Last Saturday, Aldean, during a performance in Mansfield, Massachusetts, compared his song to the aftermath of Boston Marathon bombings in 2013, as law enforcement searched for the perpetrators of the terror. He essentially admitted that his song is about vigilante justice, and implied that if any one of us Bostonians had found the Tsarnaev brothers, we would have taken justice into our own hands. It was a jarring moment for me, as I am sure it was for many.

I worked in Boston city government as a member of Mayor Marty Walsh’s administration in the years immediately following the bombings. The youngest victim was a neighbor of mine. Aldean knows nothing about how we took care of our own back then. He couldn’t imagine the ways in which our small town supported each other and leaned on each other and forged a future from a very dark time.

Aldean and others like him (and there are many others like him) have been called “Bro-Country,” which is a subgenre of country music performed by young men, with elements of rock and hip-hop, about trucks, guns, girls, and parties.

His new video is a nationalist’s dream, positioned as a threat to anyone deemed other. We see images of protests, carjacking, flag burning and looting while Aldean, who mentions that he’s got his granddad’s gun, threatens those who would do these things that they might find themselves encountering “good old boys, raised up right” to “take care of our own.” And there’s fire. Lots and lots of fire. The decision to film it in front of Maury County Courthouse in Columbia, Tennessee, where the Black teenager Henry Choate was lynched in 1927 by an angry mob, is an affront to decency, pouring salt on the original sin we as a nation can’t or won’t work to heal.

It’s a jab at those of us who believe that the system is not just rigged against Black people but was designed with the expressed intention of keeping Black people from being equal. In one of the final shots of the video, there is a tractor in silhouette that looks like a tank, evoking a battlefield much more than a crop field. It’s not subtle.

So, instead of, or in addition to, “Bro-Country,” I’d suggest we classify this one “Jingo Country.” This sub-subgenre has actually been around for a long time. Think Ernest Tubb’s “It’s America,” Merle Haggard’s “Okie From Muskogee,” and most of the Toby Keith and Lee Greenwood oeuvres. I’d be happy to never see or hear any of it ever again.

In the country music that I love, the music and performers, some of whom are Black, give voice to the struggles of living in America, warts and all.
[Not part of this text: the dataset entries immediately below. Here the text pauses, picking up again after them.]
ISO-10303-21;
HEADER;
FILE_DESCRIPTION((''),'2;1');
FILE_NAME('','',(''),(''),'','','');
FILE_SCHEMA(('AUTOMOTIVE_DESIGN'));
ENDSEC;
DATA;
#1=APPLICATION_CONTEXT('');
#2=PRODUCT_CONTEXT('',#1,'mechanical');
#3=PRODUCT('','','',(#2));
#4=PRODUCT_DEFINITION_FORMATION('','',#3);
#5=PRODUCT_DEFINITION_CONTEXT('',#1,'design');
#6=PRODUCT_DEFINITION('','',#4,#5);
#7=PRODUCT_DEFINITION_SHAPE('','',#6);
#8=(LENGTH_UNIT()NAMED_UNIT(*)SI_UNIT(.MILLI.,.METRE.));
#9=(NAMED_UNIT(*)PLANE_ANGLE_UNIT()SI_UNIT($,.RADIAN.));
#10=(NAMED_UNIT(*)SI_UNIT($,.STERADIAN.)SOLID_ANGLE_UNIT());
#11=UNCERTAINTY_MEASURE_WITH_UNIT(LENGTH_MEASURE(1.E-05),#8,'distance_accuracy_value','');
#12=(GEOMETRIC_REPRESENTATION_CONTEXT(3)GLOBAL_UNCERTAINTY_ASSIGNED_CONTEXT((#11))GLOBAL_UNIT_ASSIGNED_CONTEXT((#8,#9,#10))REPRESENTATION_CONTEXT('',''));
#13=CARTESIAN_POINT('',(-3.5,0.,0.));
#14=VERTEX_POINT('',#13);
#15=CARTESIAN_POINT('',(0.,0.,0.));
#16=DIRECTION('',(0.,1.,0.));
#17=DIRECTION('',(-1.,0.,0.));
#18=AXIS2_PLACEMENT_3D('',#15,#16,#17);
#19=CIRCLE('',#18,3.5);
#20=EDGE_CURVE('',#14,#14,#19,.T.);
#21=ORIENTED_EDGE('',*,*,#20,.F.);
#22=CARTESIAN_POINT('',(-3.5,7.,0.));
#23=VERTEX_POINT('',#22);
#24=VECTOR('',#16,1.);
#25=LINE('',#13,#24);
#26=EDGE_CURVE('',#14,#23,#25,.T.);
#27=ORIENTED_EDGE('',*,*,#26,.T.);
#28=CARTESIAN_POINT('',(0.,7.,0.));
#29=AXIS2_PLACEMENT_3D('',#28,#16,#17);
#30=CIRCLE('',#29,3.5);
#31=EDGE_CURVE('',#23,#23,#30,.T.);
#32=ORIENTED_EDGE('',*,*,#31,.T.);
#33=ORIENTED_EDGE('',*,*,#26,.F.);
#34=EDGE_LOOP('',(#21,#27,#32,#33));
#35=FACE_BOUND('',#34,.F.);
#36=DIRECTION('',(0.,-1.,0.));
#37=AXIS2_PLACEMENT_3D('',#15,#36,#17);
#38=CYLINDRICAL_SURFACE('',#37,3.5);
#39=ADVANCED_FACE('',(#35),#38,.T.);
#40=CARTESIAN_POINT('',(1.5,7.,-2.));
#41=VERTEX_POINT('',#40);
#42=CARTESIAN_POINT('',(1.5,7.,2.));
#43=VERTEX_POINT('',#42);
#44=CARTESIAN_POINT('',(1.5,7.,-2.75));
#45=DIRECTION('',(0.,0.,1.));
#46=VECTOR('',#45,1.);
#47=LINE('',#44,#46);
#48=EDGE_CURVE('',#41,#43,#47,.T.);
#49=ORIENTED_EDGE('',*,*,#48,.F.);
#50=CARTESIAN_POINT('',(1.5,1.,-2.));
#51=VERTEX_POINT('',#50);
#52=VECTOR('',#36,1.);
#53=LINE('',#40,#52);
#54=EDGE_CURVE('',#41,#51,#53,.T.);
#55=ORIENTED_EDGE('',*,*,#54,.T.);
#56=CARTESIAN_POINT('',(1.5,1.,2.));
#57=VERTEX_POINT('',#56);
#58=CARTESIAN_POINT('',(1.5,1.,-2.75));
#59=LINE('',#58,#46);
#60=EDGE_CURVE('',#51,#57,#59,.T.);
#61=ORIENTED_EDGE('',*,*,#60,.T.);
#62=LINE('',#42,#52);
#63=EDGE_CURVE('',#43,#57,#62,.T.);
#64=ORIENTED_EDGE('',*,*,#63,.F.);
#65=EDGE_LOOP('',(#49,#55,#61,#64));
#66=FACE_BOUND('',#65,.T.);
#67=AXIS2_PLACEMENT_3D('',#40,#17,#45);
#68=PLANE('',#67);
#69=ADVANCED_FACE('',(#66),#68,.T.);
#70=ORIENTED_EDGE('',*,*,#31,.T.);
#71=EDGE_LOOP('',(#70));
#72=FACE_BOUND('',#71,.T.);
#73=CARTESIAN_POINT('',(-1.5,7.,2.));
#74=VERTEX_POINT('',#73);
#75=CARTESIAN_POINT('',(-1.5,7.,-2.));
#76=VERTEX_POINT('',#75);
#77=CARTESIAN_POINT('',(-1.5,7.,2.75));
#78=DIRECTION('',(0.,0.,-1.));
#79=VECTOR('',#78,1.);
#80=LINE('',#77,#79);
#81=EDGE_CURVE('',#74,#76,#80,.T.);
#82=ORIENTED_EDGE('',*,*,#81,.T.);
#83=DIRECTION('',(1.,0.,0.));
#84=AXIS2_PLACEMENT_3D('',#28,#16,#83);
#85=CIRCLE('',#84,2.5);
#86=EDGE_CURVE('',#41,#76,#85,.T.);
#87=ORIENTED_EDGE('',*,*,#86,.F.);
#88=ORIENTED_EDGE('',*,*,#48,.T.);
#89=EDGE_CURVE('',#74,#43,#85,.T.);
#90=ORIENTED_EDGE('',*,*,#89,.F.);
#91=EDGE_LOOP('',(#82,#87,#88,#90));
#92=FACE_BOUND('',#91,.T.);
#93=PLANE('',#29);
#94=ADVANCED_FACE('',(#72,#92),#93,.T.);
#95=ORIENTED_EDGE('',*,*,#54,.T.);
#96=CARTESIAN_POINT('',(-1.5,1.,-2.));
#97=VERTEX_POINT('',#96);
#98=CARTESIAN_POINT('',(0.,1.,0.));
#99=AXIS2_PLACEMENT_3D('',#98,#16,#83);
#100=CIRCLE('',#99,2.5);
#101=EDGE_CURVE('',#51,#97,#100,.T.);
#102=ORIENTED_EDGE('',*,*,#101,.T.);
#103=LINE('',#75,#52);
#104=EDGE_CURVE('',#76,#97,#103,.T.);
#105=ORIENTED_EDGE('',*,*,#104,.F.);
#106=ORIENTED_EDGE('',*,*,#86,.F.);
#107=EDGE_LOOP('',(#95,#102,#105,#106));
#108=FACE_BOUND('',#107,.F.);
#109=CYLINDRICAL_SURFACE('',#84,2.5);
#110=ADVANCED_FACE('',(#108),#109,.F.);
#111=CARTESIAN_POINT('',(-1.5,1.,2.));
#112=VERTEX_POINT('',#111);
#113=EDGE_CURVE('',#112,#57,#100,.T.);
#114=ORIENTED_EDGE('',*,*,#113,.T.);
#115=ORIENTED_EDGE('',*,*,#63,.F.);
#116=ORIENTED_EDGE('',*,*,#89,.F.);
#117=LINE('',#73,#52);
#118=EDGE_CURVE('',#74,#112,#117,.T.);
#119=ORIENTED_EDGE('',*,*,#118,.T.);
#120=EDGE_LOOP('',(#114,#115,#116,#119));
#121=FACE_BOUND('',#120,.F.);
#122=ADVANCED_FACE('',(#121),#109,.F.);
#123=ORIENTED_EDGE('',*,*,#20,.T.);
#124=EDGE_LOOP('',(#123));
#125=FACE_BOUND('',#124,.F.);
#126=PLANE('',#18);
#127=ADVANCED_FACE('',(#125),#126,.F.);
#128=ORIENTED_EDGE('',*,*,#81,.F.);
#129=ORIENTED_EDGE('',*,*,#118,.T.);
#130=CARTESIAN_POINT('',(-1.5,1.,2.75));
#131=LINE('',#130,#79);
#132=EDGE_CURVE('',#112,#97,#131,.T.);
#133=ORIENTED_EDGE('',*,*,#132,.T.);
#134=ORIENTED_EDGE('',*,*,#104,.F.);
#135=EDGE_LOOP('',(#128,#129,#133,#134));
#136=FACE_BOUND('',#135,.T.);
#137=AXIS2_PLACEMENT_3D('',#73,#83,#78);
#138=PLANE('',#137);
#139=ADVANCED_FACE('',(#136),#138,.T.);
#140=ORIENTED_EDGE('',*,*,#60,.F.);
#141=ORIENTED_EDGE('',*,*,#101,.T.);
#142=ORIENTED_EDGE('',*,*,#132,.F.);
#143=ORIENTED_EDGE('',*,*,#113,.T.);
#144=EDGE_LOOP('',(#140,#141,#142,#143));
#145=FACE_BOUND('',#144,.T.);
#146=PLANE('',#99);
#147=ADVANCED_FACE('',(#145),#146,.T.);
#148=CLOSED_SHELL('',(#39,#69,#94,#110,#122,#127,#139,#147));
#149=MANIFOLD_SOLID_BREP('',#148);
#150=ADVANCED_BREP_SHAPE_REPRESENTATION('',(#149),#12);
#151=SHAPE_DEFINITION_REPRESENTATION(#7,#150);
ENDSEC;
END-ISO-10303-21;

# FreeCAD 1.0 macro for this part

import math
import FreeCAD as App
import Part
import Sketcher
Q = App.Units.Quantity

doc = App.newDocument("Part")
params = doc.addObject("Spreadsheet::Sheet", "Params")
for row, (alias, value) in enumerate([
    ("sketch1_diameter", "7 mm"),
    ("pad1_length", "7 mm"),
    ("sketch2_radius", "2.5 mm"),
    ("pocket1_length", "6 mm"),
], start=1):
    params.set(f"A{row}", alias)
    params.set(f"B{row}", "=" + value)
    params.setAlias(f"B{row}", alias)

body = doc.addObject("PartDesign::Body", "Body")

sketch1 = doc.addObject("Sketcher::SketchObject", "Sketch")
body.addObject(sketch1)
sketch1.AttachmentSupport = (doc.XZ_Plane, [""])
sketch1.MapMode = "FlatFace"
sketch1.addGeometry(Part.Circle(App.Vector(0, 0, 0), App.Vector(0, 0, 1), 3.5), False)
sketch1.addConstraint(Sketcher.Constraint("Coincident", 0, 3, -1, 1))
sketch1.addConstraint(Sketcher.Constraint("Diameter", 0, Q("7 mm")))
sketch1.setExpression("Constraints[1]", "Params.sketch1_diameter")
pad1 = doc.addObject("PartDesign::Pad", "Pad")
body.addObject(pad1)
pad1.Profile = sketch1
pad1.setExpression("Length", "Params.pad1_length")
pad1.Reversed = True

sketch2 = doc.addObject("Sketcher::SketchObject", "Sketch001")
body.addObject(sketch2)
sketch2.AttachmentSupport = (doc.XZ_Plane, [""])
sketch2.MapMode = "FlatFace"
sketch2.AttachmentOffset = App.Placement(App.Vector(0, 0, -7), App.Rotation())
sketch2.addGeometry(Part.LineSegment(App.Vector(1.5, 2, 0), App.Vector(1.5, -2, 0)), False)
sketch2.addGeometry(Part.ArcOfCircle(Part.Circle(App.Vector(0, 0, 0), App.Vector(0, 0, 1), 2.5), math.radians(-127), math.radians(-53)), False)
sketch2.addGeometry(Part.LineSegment(App.Vector(-1.5, -2, 0), App.Vector(-1.5, 2, 0)), False)
sketch2.addGeometry(Part.ArcOfCircle(Part.Circle(App.Vector(0, 0, 0), App.Vector(0, 0, 1), 2.5), math.radians(53), math.radians(127)), False)
sketch2.addConstraint(Sketcher.Constraint("Coincident", 0, 2, 1, 2))
sketch2.addConstraint(Sketcher.Constraint("Coincident", 1, 1, 2, 1))
sketch2.addConstraint(Sketcher.Constraint("Coincident", 2, 2, 3, 2))
sketch2.addConstraint(Sketcher.Constraint("Coincident", 3, 1, 0, 1))
sketch2.addConstraint(Sketcher.Constraint("Vertical", 0))
sketch2.addConstraint(Sketcher.Constraint("Vertical", 2))
sketch2.addConstraint(Sketcher.Constraint("Coincident", 1, 3, -1, 1))
sketch2.addConstraint(Sketcher.Constraint("Coincident", 3, 3, -1, 1))
sketch2.addConstraint(Sketcher.Constraint("Equal", 1, 3))
sketch2.addConstraint(Sketcher.Constraint("Horizontal", 0, 2, 1, 1))
sketch2.addConstraint(Sketcher.Constraint("Radius", 1, Q("2.5 mm")))
sketch2.addConstraint(Sketcher.Constraint("DistanceX", 1, 1, 0, 2, Q("3 mm")))
sketch2.setExpression("Constraints[10]", "Params.sketch2_radius")
pocket1 = doc.addObject("PartDesign::Pocket", "Pocket")
body.addObject(pocket1)
pocket1.Profile = sketch2
pocket1.setExpression("Length", "Params.pocket1_length")
pocket1.Reversed = True

doc.recompute()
The universal-themed small town and interpersonal vignettes that move me exist in songs like Jeannie C. Riley’s “Harper Valley, P.T.A.”, about hypocrisy from the point of view of a single mother. Or Charlie Rich’s “Life’s Little Ups and Downs,” about the truest of true loves against a backdrop of economic uncertainty. I recall Stoney Edwards’s “Poor Folks Stick Together,” which reveals the positive side of people taking care of each other, or Linda Martell’s “Color Him Father,” about loss and the love of a non-traditional family. Or Jason Isbell’s “Cast Iron Skillet,” about the personal cost of racism.

My list also includes pretty much anything ever written by Dolly Parton, Kris Kristofferson, or Jimmy Webb.

Aldean is complaining that he’s being canceled. But he isn’t. He is solidifying his fan base: People who either already agree with him or somehow don’t see the problem. Did he create a controversy in pursuit of greater fame? Or did he simply reveal himself and then decide to play the victim when the storm began? I don’t know. He’s selling records and being talked about. He’s the anti-woke hero of the moment. He’s not a soldier in the culture wars; he has attained a higher rank.

What I do know is that country music is rich and nuanced, and like jazz, blues, soul, and other genres, it is uniquely American – broadly, not narrowly. I am disheartened that Jingo Country, in the minds of some, is giving a lot of really great music a bad name.

Lower Mills resident Joyce Linehan has worked in music, politics, and higher education. This opinion piece first appeared in WBUR’s Cognoscenti commentary section. The Reporter and WBUR share content through a media partnership.